- A new report found that working over 55 hours is associated with an increased risk of death.
- But experts say that a certain number of hours worked doesn’t always mean someone is overworked.
- Instead, they say to look for signs that work is exhausting you and affecting your health.
- If you’re in a job that is negatively impacting your health, there are ways to improve your mental health even if you don’t switch jobs.
You probably won’t be surprised to learn that working too much can have negative effects on your health. But just how bad?
Well, a recent report released by the World Health Organization and the International Labour Organization says that overwork led to 745,000 deaths from stroke and heart disease in 2016. To make matters worse, that’s an increase of 29 percent since the year 2000.
So protecting yourself from overwork can quite literally be a matter of life and death. During the pandemic, going to work was made more dangerous by a lethal virus for many in-person essential workers. But even for the work-from-home set, this is a serious problem.
“Teleworking has become the norm in many industries, often blurring the boundaries between home and work. In addition, many businesses have been forced to scale back or shut down operations to save money, and people who are still on the payroll end up working longer hours,” said Tedros Adhanom Ghebreyesus, PhD, the WHO director-general, in a prepared statement.
That means the dangers of being overworked are real for most, if not all of us.
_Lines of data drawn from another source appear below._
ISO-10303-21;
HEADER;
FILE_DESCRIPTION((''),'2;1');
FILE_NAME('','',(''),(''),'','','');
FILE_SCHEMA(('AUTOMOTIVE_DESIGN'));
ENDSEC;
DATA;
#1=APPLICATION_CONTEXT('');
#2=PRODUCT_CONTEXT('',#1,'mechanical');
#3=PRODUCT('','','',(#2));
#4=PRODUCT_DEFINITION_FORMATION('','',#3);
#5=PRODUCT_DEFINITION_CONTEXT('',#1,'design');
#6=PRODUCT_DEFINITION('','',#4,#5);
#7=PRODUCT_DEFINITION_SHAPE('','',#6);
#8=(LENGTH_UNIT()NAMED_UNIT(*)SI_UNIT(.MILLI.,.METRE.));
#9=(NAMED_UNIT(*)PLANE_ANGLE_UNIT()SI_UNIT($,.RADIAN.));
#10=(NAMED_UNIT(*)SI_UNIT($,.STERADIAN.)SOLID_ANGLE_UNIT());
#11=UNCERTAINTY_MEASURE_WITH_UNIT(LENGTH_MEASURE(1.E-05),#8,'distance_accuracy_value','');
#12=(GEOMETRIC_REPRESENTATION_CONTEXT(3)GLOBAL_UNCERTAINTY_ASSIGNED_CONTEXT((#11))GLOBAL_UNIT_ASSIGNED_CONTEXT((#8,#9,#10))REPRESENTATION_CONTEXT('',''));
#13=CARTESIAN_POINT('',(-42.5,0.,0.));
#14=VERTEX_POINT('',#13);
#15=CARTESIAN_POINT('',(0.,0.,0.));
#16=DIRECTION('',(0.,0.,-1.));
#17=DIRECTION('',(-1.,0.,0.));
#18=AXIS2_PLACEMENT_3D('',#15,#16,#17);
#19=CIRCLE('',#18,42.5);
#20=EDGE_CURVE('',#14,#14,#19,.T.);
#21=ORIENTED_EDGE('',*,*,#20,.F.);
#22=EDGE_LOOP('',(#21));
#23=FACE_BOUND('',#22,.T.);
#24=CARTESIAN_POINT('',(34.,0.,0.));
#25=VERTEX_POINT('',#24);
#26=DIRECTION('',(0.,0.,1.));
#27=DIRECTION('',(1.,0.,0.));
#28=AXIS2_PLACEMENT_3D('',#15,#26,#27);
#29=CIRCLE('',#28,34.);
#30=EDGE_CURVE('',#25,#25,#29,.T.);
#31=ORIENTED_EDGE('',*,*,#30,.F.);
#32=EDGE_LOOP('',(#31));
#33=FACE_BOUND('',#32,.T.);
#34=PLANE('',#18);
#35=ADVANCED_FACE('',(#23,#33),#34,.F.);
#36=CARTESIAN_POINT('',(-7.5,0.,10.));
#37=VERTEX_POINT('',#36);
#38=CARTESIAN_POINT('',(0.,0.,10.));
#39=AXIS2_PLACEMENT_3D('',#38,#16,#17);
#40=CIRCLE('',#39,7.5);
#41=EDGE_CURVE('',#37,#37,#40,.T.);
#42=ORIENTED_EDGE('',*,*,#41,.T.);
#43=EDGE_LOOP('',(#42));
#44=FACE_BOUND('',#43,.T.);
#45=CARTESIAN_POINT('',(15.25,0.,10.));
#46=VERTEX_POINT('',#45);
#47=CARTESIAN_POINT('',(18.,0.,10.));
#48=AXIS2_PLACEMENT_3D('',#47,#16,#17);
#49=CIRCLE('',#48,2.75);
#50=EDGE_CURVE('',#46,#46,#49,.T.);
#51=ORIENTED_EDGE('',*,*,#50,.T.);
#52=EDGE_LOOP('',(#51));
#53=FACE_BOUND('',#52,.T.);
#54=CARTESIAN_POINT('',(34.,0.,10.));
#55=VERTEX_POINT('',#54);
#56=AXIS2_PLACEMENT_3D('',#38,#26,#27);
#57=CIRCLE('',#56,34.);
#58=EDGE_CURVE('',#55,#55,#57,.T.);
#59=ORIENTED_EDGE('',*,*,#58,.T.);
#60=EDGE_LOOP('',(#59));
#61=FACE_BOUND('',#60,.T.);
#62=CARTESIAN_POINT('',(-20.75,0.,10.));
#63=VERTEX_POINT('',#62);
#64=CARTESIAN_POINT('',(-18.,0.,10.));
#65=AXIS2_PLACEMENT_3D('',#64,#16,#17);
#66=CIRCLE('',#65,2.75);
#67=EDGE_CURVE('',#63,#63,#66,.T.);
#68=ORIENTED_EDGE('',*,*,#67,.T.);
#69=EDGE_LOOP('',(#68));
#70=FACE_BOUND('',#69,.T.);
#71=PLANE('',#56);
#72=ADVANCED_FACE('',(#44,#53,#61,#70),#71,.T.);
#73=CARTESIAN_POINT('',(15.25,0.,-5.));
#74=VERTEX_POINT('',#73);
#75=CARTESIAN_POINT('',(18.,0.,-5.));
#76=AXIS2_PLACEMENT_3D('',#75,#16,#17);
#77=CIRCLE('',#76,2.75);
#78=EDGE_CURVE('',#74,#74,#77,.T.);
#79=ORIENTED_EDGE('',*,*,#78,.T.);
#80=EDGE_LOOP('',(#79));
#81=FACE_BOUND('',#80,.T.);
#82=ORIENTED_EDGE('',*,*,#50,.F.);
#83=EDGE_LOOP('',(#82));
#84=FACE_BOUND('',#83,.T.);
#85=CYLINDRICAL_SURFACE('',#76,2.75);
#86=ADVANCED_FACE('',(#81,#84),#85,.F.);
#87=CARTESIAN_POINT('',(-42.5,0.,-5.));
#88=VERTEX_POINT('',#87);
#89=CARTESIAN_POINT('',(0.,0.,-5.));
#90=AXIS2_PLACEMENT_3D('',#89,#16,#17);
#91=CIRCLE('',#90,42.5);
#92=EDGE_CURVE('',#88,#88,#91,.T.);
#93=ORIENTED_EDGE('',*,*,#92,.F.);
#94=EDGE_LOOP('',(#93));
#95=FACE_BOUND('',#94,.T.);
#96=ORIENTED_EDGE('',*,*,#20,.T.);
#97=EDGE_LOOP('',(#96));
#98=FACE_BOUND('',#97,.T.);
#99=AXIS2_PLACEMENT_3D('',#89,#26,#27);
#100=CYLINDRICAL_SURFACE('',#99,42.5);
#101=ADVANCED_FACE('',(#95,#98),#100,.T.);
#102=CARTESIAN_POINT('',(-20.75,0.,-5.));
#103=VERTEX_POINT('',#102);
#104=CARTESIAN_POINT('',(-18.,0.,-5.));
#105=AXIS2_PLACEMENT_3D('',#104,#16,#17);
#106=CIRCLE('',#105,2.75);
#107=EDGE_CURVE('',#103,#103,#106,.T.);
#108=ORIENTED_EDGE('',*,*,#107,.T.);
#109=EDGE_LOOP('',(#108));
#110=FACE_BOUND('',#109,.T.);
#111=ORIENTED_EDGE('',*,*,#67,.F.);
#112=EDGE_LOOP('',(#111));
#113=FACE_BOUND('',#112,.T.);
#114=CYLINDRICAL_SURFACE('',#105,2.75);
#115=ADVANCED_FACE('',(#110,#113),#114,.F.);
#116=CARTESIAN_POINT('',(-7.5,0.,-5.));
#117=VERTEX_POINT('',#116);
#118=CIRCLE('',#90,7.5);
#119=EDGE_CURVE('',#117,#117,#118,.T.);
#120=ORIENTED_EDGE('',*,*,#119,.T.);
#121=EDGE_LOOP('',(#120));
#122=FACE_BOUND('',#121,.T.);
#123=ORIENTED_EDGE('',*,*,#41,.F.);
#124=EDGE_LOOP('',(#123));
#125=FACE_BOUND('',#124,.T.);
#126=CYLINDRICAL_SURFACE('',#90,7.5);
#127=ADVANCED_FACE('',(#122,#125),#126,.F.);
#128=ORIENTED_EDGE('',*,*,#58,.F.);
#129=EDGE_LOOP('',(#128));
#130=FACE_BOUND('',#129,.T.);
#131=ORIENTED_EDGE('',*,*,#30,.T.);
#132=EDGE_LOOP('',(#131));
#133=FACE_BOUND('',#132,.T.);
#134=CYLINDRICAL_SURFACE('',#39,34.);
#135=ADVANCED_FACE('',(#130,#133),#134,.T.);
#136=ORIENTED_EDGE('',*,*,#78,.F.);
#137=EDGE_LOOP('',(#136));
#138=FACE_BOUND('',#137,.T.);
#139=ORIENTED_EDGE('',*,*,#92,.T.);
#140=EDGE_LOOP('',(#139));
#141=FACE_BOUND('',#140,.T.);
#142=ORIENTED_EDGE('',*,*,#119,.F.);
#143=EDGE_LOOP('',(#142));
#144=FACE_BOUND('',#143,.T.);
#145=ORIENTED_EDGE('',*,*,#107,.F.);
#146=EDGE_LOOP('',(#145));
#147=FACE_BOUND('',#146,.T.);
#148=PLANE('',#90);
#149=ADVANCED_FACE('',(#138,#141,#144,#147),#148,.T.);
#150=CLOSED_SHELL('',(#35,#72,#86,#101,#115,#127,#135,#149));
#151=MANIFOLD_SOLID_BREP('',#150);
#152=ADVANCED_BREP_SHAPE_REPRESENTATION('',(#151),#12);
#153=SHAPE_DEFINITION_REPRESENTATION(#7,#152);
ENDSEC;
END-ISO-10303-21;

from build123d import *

# Parameters (mm, degrees)
SKIZZE1_R                        = 34
AUFSATZ_LINEAR_AUSTRAGEN1_DEPTH  = 10
SKIZZE3_R                        = 42.5
AUFSATZ_LINEAR_AUSTRAGEN2_DEPTH  = 5
F_15_0_15_DURCHMESSER_BOHRUNG1_D = 15
F_5_5_5_5_DURCHMESSER_BOHRUNG1_D = 5.5


with BuildPart() as part:
    # Skizze1 → Aufsatz-Linear austragen1 (new body)
    with BuildSketch(Plane.XY):
        Circle(SKIZZE1_R)
    extrude(amount=AUFSATZ_LINEAR_AUSTRAGEN1_DEPTH)

    # Skizze3 → Aufsatz-Linear austragen2 (add)
    with BuildSketch(Plane(origin=(0, 0, 0), x_dir=(-1, 0, 0), z_dir=(0, 0, -1))):
        Circle(SKIZZE3_R)
    extrude(amount=AUFSATZ_LINEAR_AUSTRAGEN2_DEPTH)

    # Ø15.0 (15) Durchmesser Bohrung1 (through all)
    with Locations(Plane(origin=(0, 0, -5), x_dir=(-1, 0, 0), z_dir=(0, 0, -1))):
        with Locations((0, 0)):
            Hole(F_15_0_15_DURCHMESSER_BOHRUNG1_D / 2)

    # Ø5.5 (5.5) Durchmesser Bohrung1 (through all)
    with Locations(Plane(origin=(0, 0, -5), x_dir=(-1, 0, 0), z_dir=(0, 0, -1))):
        with Locations((18, 0), (-18, 0)):
            Hole(F_5_5_5_5_DURCHMESSER_BOHRUNG1_D / 2)


solid = part.part
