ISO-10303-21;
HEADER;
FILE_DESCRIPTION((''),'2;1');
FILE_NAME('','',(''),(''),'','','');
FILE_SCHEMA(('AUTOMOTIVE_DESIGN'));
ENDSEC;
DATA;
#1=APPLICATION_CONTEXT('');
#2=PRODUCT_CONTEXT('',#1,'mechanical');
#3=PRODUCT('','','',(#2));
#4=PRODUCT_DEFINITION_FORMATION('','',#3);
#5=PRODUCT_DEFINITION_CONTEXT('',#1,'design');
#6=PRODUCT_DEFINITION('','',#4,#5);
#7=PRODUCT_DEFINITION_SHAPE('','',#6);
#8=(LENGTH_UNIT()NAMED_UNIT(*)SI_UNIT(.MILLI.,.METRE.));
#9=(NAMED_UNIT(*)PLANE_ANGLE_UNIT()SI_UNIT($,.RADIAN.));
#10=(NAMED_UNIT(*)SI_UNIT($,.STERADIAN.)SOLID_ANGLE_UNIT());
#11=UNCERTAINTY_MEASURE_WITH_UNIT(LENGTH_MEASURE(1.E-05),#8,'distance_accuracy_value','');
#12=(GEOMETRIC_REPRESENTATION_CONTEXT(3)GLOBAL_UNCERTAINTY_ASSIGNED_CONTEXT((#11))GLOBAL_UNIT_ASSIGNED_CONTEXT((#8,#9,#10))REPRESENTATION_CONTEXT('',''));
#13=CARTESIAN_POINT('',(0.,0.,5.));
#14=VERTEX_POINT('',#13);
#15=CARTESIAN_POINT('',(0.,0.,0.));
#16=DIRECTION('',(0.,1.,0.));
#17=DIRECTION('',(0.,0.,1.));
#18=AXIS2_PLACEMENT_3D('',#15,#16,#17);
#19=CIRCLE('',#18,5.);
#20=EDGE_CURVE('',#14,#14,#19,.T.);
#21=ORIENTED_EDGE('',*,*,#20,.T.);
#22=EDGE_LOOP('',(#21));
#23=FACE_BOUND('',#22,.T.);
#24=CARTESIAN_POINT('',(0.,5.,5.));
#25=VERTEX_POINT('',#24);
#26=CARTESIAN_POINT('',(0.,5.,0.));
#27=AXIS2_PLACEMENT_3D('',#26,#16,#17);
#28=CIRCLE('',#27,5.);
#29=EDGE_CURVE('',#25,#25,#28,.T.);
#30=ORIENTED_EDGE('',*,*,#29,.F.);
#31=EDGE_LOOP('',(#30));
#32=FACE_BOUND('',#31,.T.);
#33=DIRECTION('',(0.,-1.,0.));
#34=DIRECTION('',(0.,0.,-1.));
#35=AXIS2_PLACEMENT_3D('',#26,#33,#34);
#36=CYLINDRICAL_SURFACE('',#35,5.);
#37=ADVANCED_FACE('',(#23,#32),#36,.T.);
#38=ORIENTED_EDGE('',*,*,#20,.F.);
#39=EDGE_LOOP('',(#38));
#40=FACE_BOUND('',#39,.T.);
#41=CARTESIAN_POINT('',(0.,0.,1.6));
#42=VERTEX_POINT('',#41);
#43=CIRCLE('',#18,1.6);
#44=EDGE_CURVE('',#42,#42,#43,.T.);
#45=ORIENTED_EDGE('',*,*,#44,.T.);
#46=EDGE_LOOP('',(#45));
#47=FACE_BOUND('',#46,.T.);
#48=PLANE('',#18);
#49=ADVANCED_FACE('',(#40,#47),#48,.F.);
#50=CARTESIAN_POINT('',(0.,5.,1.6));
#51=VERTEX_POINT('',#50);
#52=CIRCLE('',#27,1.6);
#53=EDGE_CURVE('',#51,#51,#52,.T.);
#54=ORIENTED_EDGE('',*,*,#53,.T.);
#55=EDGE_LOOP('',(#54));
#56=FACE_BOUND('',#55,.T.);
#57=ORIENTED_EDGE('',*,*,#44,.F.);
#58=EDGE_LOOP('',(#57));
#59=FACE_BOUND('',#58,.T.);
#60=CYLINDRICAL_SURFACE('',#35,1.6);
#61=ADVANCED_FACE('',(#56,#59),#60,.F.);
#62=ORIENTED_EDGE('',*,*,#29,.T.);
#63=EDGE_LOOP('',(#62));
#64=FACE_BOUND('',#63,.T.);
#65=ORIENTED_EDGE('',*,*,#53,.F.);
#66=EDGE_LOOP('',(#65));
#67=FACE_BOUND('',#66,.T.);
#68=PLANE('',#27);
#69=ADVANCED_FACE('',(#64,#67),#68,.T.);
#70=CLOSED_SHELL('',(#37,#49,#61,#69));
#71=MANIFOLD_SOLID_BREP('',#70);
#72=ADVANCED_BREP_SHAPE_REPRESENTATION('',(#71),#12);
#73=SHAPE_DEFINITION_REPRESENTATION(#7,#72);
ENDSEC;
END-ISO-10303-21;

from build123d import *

# Parameters (mm, degrees)
SKETCH_1_R      = 5
SKETCH_1_R_2    = 1.6
EXTRUDE_1_DEPTH = 5


with BuildPart() as part:
    # ｽｹｯﾁ1 → ﾎﾞｽ - 押し出し1 (new body)
    with BuildSketch(Plane(origin=(0, 0, 0), x_dir=(1, 0, 0), z_dir=(0, 1, 0))):
        with Locations(Location((0, 0, 0), (0, 0, 270))):
            Circle(SKETCH_1_R)
        with Locations(Location((0, 0, 0), (0, 0, 270))):
            Circle(SKETCH_1_R_2, mode=Mode.SUBTRACT)
    extrude(amount=EXTRUDE_1_DEPTH)


solid = part.part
It’s time to take a closer look at what overworking feels like, and how to protect yourself from its worst impacts.
How to tell if you’re being overworked
In their report, the WHO defined overworking as more than 55 hours a week. The study found that “working 55 or more hours per week is associated with an estimated 35 [percent] higher risk of a stroke and a 17 [percent] higher risk of dying from ischemic heart disease, compared to working 35-40 hours a week.”
You might look at that definition and immediately be able to tell that you are being overworked. But how do you spot the signs that it’s affecting your health?
“Being overworked doesn’t just affect us physically, it comes out in so many different ways,” said Marsha Brown, PhD, a licensed psychologist. Here are some of the symptoms she said you should watch out for:
- Psychological: Feeling foggy-headed, having trouble solving problems, making careless mistakes, being short-tempered, or having a lower tolerance for work issues.
- Physical: Feeling fatigued, experiencing headaches, feeling tense or like you can’t relax, feeling nauseous or sick to your stomach.
- Emotional: Being anxious or worried all the time, having a sense of dread, fearing going to work, or feeling a sense of helplessness.
- Interpersonal: Avoiding co-workers who you used to have no issues with, getting into more conflict with people at work or loved ones at home, blowing up at little things.
- Behavioral: Calling out sick more, making more mistakes, sleeping less, drinking more alcohol, or using more recreational drugs.
You might experience more of these symptoms depending on what type of work you do. Nurses in particular are seeing high levels of burnout and overwork in especially stressful conditions. A recent meta-analysis of nurses during the COVID-19 pandemic shows that 34 percent experienced emotional exhaustion. Two of the factors contributing to that issue were longer working time in quarantine areas and increased workload overall, according to the Journal of Advanced Nursing.
The WHO also points out that the effects of overwork are especially prominent for men. Indeed, 72 percent of deaths related to overwork in the WHO study occurred among males.
How to protect your health (if you can’t quit your job)
Even if you know you’re being overworked, you may not have the ability to simply leave your job. But if that’s the case, there are still ways to safeguard your health.
Derek Richards, PhD, a research psychologist, psychotherapist and chief science officer at SilverCloud Health, said it’s important to deal with the stress or emotional exhaustion that can lead to bigger health problems.
You can start taking care of your mental health even during your work hours, Richards said.
“Take time to eat lunch, go for a walk, or even meditate as a method to unwind. These seemingly small steps will not only help you de-stress, they’ll also boost your productivity in the long term, ultimately helping you to feel more efficient as well,” Richards said in a written response.
Brown said it’s also crucial to set boundaries at work, to the extent that you can. Be clear about how much work you can take on, and say no to things when it becomes too much. If you have control over your schedule, be strategic about adding break time between appointments or meetings, even for five minutes.
“The point isn’t really the time, the point is to disconnect from work even for a little bit,” Brown said.
And beyond the small breaks, Brown suggests building in time during your commute or at the end of your day for reading, listening to music, or doing some physical activity — anything that releases stress that would otherwise build up and harm your health.
“That’s your time to just disconnect and think about something else and just take care of yourself,” Brown said.